Meta-Prompt Optimization for LLM-Based Sequential Decision Making
Mingze Kong, Zhiyong Wang, Yao Shu, Zhongxiang Dai
TL;DR
This paper tackles the challenge of automatically optimizing meta-prompts for LLM-based sequential decision-making under non-stationary rewards. It introduces EXPO, an EXP3-inspired adversarial-bandit algorithm to jointly optimize the task description $\mathcal{D}$ and meta-instruction $\mathcal{I}$, with an extension EXPO-ES that also optimizes exemplar histories $\mathcal{E}$. Through experiments on Linear Regression, Traveling Salesman Problem, and LLM-based MAB tasks, EXPO shows significant improvements in convergence and final performance over fixed prompts and enhanced baselines, while EXPO-ES offers additional gains when exemplar information is informative. The work highlights adversarial-bandit formulations as a natural and effective framework for non-stationary prompt optimization in real-world, interactive LLM systems.
Abstract
Large language models (LLMs) have recently been employed as agents to solve sequential decision-making tasks such as Bayesian optimization and multi-armed bandits (MAB).

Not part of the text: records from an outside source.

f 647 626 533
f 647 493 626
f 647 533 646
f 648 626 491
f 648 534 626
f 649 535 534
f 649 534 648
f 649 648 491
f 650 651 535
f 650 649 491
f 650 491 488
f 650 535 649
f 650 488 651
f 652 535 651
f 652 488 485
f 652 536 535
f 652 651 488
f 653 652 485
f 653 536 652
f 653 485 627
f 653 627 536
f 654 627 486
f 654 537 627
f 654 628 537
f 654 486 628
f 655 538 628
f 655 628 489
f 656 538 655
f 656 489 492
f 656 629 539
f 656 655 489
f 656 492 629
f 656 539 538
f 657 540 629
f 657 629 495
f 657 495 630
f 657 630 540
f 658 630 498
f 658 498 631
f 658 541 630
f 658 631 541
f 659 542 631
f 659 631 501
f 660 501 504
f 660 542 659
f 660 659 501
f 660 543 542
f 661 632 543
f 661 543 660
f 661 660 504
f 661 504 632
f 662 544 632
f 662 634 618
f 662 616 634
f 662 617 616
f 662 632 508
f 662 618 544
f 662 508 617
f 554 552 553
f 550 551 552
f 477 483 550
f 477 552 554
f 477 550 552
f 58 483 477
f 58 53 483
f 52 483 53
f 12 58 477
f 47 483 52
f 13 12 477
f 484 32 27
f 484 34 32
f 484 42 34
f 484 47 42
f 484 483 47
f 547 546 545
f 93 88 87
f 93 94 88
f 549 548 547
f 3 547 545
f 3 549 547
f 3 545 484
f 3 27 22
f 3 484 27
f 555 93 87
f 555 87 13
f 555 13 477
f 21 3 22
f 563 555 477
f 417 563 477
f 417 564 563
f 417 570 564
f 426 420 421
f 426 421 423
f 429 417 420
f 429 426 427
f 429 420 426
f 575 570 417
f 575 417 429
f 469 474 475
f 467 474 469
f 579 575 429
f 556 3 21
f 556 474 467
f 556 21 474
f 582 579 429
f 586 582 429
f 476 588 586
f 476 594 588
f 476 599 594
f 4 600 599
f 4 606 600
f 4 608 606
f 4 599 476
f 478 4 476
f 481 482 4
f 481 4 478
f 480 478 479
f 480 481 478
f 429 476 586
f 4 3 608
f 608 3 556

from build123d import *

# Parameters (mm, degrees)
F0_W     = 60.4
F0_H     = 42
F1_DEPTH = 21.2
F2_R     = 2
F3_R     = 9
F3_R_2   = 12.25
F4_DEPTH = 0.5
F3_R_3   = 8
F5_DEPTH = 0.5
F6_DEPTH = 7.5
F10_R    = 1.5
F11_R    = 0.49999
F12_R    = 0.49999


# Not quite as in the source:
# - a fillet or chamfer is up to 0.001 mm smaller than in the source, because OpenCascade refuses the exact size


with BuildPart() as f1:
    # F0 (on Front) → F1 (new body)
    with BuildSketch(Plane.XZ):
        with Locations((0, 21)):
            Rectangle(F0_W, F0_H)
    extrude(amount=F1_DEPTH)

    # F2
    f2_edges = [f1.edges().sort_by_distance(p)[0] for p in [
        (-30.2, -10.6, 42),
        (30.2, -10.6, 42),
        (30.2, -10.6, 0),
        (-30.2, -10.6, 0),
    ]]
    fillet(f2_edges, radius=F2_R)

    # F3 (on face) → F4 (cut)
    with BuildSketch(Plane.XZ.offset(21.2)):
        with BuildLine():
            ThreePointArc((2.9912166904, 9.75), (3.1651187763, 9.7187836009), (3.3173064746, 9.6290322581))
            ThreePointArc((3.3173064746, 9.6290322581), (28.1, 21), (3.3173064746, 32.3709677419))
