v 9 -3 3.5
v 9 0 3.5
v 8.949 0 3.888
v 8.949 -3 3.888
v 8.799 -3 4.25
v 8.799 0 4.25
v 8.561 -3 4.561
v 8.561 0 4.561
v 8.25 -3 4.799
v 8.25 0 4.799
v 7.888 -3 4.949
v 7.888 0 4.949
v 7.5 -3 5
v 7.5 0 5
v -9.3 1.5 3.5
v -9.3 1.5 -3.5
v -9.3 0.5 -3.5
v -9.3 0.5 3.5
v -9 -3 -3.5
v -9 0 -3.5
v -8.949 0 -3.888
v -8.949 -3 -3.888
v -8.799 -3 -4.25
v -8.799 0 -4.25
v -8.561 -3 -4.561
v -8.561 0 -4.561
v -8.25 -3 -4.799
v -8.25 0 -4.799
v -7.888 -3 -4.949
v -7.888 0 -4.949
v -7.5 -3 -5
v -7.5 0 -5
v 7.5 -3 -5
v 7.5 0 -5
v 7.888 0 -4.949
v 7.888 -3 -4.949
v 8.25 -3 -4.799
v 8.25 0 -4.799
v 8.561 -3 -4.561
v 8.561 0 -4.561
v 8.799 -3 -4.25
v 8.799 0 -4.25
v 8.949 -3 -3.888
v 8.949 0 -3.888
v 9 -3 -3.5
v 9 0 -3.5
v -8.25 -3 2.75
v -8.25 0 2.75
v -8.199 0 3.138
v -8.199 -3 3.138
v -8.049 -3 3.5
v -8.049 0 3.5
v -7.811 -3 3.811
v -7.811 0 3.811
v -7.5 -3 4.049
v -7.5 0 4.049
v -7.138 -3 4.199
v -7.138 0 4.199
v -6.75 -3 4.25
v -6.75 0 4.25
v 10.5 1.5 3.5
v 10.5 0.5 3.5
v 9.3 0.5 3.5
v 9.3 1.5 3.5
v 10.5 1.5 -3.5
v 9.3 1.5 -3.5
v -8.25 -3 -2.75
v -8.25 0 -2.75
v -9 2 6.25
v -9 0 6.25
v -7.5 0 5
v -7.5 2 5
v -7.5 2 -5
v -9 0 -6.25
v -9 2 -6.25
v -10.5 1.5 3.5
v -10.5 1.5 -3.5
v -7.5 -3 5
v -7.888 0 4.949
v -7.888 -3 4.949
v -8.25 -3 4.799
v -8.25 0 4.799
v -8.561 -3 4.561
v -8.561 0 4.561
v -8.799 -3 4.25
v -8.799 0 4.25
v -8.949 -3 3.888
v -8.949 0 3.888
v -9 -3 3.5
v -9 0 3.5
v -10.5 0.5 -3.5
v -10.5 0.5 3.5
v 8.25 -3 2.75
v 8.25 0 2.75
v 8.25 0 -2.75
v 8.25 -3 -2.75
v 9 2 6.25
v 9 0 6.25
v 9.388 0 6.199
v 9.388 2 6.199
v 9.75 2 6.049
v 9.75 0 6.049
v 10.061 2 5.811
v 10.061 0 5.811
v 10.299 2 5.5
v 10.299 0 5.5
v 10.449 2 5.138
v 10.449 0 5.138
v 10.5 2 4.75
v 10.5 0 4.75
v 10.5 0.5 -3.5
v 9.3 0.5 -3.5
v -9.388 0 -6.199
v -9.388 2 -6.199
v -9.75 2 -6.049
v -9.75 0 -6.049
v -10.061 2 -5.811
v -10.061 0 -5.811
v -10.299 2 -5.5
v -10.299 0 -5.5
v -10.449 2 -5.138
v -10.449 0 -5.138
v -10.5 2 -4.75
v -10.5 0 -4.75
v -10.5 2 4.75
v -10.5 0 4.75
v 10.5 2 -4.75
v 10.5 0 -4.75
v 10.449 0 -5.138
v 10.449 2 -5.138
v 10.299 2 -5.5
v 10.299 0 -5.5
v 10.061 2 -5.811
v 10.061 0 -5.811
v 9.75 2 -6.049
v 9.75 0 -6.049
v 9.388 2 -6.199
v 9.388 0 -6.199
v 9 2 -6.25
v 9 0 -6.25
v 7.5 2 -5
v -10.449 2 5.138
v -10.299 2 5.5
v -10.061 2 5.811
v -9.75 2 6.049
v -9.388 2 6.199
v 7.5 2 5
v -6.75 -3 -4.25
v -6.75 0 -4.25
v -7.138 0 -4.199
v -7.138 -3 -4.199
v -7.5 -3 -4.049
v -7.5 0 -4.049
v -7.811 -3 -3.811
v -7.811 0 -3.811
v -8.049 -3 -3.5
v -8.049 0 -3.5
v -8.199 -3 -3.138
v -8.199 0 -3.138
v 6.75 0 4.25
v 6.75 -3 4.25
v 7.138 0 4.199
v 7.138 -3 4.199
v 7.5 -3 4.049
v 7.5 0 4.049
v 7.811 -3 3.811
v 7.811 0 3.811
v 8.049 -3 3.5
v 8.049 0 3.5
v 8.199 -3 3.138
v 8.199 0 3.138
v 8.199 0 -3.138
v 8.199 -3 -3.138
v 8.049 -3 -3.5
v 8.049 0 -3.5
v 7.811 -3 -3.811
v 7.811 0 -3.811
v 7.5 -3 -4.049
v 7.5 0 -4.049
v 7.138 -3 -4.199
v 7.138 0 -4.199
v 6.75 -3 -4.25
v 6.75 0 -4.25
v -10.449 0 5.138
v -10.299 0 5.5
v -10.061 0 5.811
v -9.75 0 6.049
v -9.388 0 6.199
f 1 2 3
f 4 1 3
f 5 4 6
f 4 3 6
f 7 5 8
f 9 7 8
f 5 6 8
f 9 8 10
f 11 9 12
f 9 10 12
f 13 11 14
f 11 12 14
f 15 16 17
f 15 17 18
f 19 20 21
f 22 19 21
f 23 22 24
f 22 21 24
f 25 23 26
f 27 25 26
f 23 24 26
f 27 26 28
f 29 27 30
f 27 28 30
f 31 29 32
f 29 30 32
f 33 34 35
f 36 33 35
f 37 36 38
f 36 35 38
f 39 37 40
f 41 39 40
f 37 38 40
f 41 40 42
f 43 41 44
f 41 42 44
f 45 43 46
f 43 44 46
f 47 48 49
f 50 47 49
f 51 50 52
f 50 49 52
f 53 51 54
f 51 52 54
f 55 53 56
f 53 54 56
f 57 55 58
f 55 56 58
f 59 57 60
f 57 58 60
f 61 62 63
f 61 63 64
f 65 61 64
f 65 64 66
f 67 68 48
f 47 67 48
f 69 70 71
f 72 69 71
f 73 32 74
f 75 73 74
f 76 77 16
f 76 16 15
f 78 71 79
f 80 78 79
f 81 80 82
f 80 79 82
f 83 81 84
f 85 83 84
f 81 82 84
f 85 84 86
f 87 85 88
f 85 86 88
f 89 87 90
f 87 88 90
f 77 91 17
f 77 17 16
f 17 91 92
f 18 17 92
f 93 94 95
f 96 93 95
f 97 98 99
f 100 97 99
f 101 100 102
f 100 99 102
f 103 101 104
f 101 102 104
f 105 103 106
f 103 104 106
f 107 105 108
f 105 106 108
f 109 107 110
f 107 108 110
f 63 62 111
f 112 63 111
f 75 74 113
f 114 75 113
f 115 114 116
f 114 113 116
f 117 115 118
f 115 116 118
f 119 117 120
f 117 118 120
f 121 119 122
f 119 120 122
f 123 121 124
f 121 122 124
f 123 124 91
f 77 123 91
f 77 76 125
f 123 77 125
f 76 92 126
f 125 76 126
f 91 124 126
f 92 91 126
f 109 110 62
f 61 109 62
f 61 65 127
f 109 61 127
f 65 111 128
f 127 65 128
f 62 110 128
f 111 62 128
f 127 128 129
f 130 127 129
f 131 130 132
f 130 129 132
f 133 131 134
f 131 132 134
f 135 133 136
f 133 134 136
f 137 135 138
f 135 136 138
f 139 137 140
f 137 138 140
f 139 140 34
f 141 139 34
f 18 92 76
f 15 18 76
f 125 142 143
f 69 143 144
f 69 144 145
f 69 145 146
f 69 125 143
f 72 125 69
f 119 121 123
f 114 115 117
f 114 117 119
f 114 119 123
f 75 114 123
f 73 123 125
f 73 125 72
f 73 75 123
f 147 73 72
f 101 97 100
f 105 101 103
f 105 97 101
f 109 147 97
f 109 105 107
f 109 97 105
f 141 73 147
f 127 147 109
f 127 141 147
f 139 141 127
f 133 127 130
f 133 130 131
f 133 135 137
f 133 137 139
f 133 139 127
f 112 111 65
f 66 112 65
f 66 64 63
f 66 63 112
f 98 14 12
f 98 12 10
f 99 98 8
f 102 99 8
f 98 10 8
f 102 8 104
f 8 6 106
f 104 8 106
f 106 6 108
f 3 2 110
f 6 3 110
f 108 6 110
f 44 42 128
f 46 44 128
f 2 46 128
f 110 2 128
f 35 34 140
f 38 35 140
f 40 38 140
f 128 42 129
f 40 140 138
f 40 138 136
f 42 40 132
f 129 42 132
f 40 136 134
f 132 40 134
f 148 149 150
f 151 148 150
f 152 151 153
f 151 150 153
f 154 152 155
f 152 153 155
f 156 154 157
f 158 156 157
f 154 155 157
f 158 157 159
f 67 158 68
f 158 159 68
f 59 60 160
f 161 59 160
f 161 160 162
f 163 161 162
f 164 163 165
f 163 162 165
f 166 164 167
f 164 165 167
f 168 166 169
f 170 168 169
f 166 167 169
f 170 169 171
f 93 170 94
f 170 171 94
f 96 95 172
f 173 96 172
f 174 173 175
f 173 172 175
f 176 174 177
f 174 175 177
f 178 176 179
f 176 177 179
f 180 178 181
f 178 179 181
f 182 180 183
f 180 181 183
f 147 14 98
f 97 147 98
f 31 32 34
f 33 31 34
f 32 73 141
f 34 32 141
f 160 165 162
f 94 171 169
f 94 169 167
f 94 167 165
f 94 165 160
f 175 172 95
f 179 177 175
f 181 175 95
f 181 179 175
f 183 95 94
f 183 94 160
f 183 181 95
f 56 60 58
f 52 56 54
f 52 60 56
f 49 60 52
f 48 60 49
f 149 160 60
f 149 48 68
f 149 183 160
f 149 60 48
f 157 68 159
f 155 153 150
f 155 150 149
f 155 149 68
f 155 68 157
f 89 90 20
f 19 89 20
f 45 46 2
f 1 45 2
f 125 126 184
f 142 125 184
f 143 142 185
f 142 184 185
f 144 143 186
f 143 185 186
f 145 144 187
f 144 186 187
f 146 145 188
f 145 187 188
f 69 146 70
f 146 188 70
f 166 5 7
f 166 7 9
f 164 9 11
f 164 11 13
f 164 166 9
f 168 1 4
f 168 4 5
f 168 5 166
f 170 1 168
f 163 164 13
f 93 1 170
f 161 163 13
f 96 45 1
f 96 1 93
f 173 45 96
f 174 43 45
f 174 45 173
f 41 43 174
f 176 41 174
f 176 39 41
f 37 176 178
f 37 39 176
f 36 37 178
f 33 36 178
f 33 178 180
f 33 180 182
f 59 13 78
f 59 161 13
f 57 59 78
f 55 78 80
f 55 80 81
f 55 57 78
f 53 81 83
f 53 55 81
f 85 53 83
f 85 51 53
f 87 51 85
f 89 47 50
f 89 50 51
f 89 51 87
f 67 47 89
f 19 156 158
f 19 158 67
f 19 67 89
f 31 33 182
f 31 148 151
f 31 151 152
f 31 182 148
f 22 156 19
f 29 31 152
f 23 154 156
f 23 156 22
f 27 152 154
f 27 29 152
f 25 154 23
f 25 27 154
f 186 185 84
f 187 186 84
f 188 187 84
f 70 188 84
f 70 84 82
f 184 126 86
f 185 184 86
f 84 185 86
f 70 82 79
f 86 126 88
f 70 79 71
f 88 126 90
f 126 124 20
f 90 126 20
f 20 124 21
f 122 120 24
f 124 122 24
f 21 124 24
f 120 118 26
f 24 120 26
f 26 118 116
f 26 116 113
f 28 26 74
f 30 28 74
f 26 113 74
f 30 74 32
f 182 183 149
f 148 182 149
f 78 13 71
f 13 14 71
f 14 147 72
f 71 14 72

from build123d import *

# Parameters (mm, degrees)
BOSS_EXTRUDE1_DEPTH      = 2
BOSS_EXTRUDE1_DEPTH_BACK = 3
BOSS_EXTRUDE2_DEPTH      = 2
BOSS_EXTRUDE3_DEPTH      = 2
SKETCH3_W                = 7
SKETCH3_H                = 1
CUT_EXTRUDE2_DEPTH       = 1.2
SKETCH4_W                = 7
SKETCH4_H                = 1
CUT_EXTRUDE3_DEPTH       = 1.2


with BuildPart() as part:
    # Sketch2 → Boss-Extrude1 (new, two sides: drawn at the far end of the back side and taken through both)
    with BuildSketch(Plane(origin=(0, 0, 0), x_dir=(1, 0, 0), z_dir=(0, 1, 0)).offset(-BOSS_EXTRUDE1_DEPTH_BACK)):
        with BuildLine():
            Line((7.5, 5), (-7.5, 5))
            ThreePointArc((-7.5, 5), (-8.560660172, 4.560660172), (-9, 3.5))
            Line((-9, 3.5), (-9, -3.5))
            ThreePointArc((-9, -3.5), (-8.560660172, -4.560660172), (-7.5, -5))
            Line((-7.5, -5), (7.5, -5))
            ThreePointArc((7.5, -5), (8.560660172, -4.560660172), (9, -3.5))
            Line((9, -3.5), (9, 3.5))
            ThreePointArc((9, 3.5), (8.560660172, 4.560660172), (7.5, 5))
        make_face()
        with BuildLine():
            Line((-6.75, 4.25), (6.75, 4.25))
            ThreePointArc((6.75, 4.25), (7.810660172, 3.810660172), (8.25, 2.75))
            Line((8.25, 2.75), (8.25, -2.75))
            ThreePointArc((8.25, -2.75), (7.810660172, -3.810660172), (6.75, -4.25))
            Line((6.75, -4.25), (-6.75, -4.25))
            ThreePointArc((-6.75, -4.25), (-7.810660172, -3.810660172), (-8.25, -2.75))
            Line((-8.25, -2.75), (-8.25, 2.75))
            ThreePointArc((-8.25, 2.75), (-7.810660172, 3.810660172), (-6.75, 4.25))
        make_face(mode=Mode.SUBTRACT)
    extrude(amount=BOSS_EXTRUDE1_DEPTH + BOSS_EXTRUDE1_DEPTH_BACK)

    # Sketch2<3> → Boss-Extrude2 (add)
    with BuildSketch(Plane(origin=(0, 0, 0), x_dir=(1, 0, 0), z_dir=(0, 1, 0))):
        with BuildLine():
            ThreePointArc((8.25, 2.75), (7.810660172, 3.810660172), (6.75, 4.25))
            Line((6.75, 4.25), (-6.75, 4.25))
            ThreePointArc((-6.75, 4.25), (-7.810660172, 3.810660172), (-8.25, 2.75))
            Line((-8.25, 2.75), (-8.25, -2.75))
            ThreePointArc((-8.25, -2.75), (-7.810660172, -3.810660172), (-6.75, -4.25))
            Line((-6.75, -4.25), (6.75, -4.25))
            ThreePointArc((6.75, -4.25), (7.810660172, -3.810660172), (8.25, -2.75))
            Line((8.25, -2.75), (8.25, 2.75))
        make_face()
    extrude(amount=BOSS_EXTRUDE2_DEPTH)

    # Sketch2<4> → Boss-Extrude3 (add)
    with BuildSketch(Plane(origin=(0, 0, 0), x_dir=(1, 0, 0), z_dir=(0, 1, 0))):
        with BuildLine():
            Line((-7.5, 5), (-9, 6.25))
            ThreePointArc((-9, 6.25), (-10.060660172, 5.810660172), (-10.5, 4.75))
            Line((-10.5, 4.75), (-10.5, -4.75))
            ThreePointArc((-10.5, -4.75), (-10.060660172, -5.810660172), (-9, -6.25))
            Line((-9, -6.25), (-7.5, -5))
            ThreePointArc((-7.5, -5), (-8.560660172, -4.560660172), (-9, -3.5))
            Line((-9, -3.5), (-9, 3.5))
            ThreePointArc((-9, 3.5), (-8.560660172, 4.560660172), (-7.5, 5))
        make_face()
        with BuildLine():
            Line((9, 6.25), (7.5, 5))
            ThreePointArc((7.5, 5), (8.560660172, 4.560660172), (9, 3.5))
            Line((9, 3.5), (9, -3.5))
            ThreePointArc((9, -3.5), (8.560660172, -4.560660172), (7.5, -5))
            Line((7.5, -5), (9, -6.25))
            ThreePointArc((9, -6.25), (10.060660172, -5.810660172), (10.5, -4.75))
            Line((10.5, -4.75), (10.5, 4.75))
            ThreePointArc((10.5, 4.75), (10.060660172, 5.810660172), (9, 6.25))
        make_face()
    extrude(amount=BOSS_EXTRUDE3_DEPTH)

    # Sketch3 → Cut-Extrude2 (cut)
    with BuildSketch(Plane.ZY.offset(10.5)):
        with Locations((0, 1)):
            Rectangle(SKETCH3_W, SKETCH3_H)
    extrude(amount=-CUT_EXTRUDE2_DEPTH, mode=Mode.SUBTRACT)

    # Sketch4 → Cut-Extrude3 (cut)
    with BuildSketch(Plane(origin=(10.5, 0, 0), x_dir=(0, 0, -1), z_dir=(1, 0, 0))):
        with Locations((0, 1)):
            Rectangle(SKETCH4_W, SKETCH4_H)
    extrude(amount=-CUT_EXTRUDE3_DEPTH, mode=Mode.SUBTRACT)


solid = part.part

These works usually adopt an LLM for sequential action selection by providing it with a fixed, manually designed meta-prompt. However, numerous previous works have found that the prompt has a significant impact on the performance of the LLM, which calls for a method to automatically optimize the meta-prompt for LLM-based agents. Unfortunately, the non-stationarity in the reward observations during LLM-based sequential decision-making makes meta-prompt optimization highly challenging. To address this challenge, we draw inspirations from adversarial bandit algorithms, which are inherently capable of handling non-stationary reward observations. Building on this foundation, we propose our EXPonential-weight algorithm for prompt Optimization} (EXPO) to automatically optimize the task description and meta-instruction in the meta-prompt for LLM-based agents. We also extend EXPO to additionally optimize the exemplars (i.e., history of interactions) in the meta-prompt to further enhance the performance, hence introducing our EXPO-ES algorithm. We use extensive experiments to show that our algorithms significantly improve the performance of LLM-based sequential decision-making.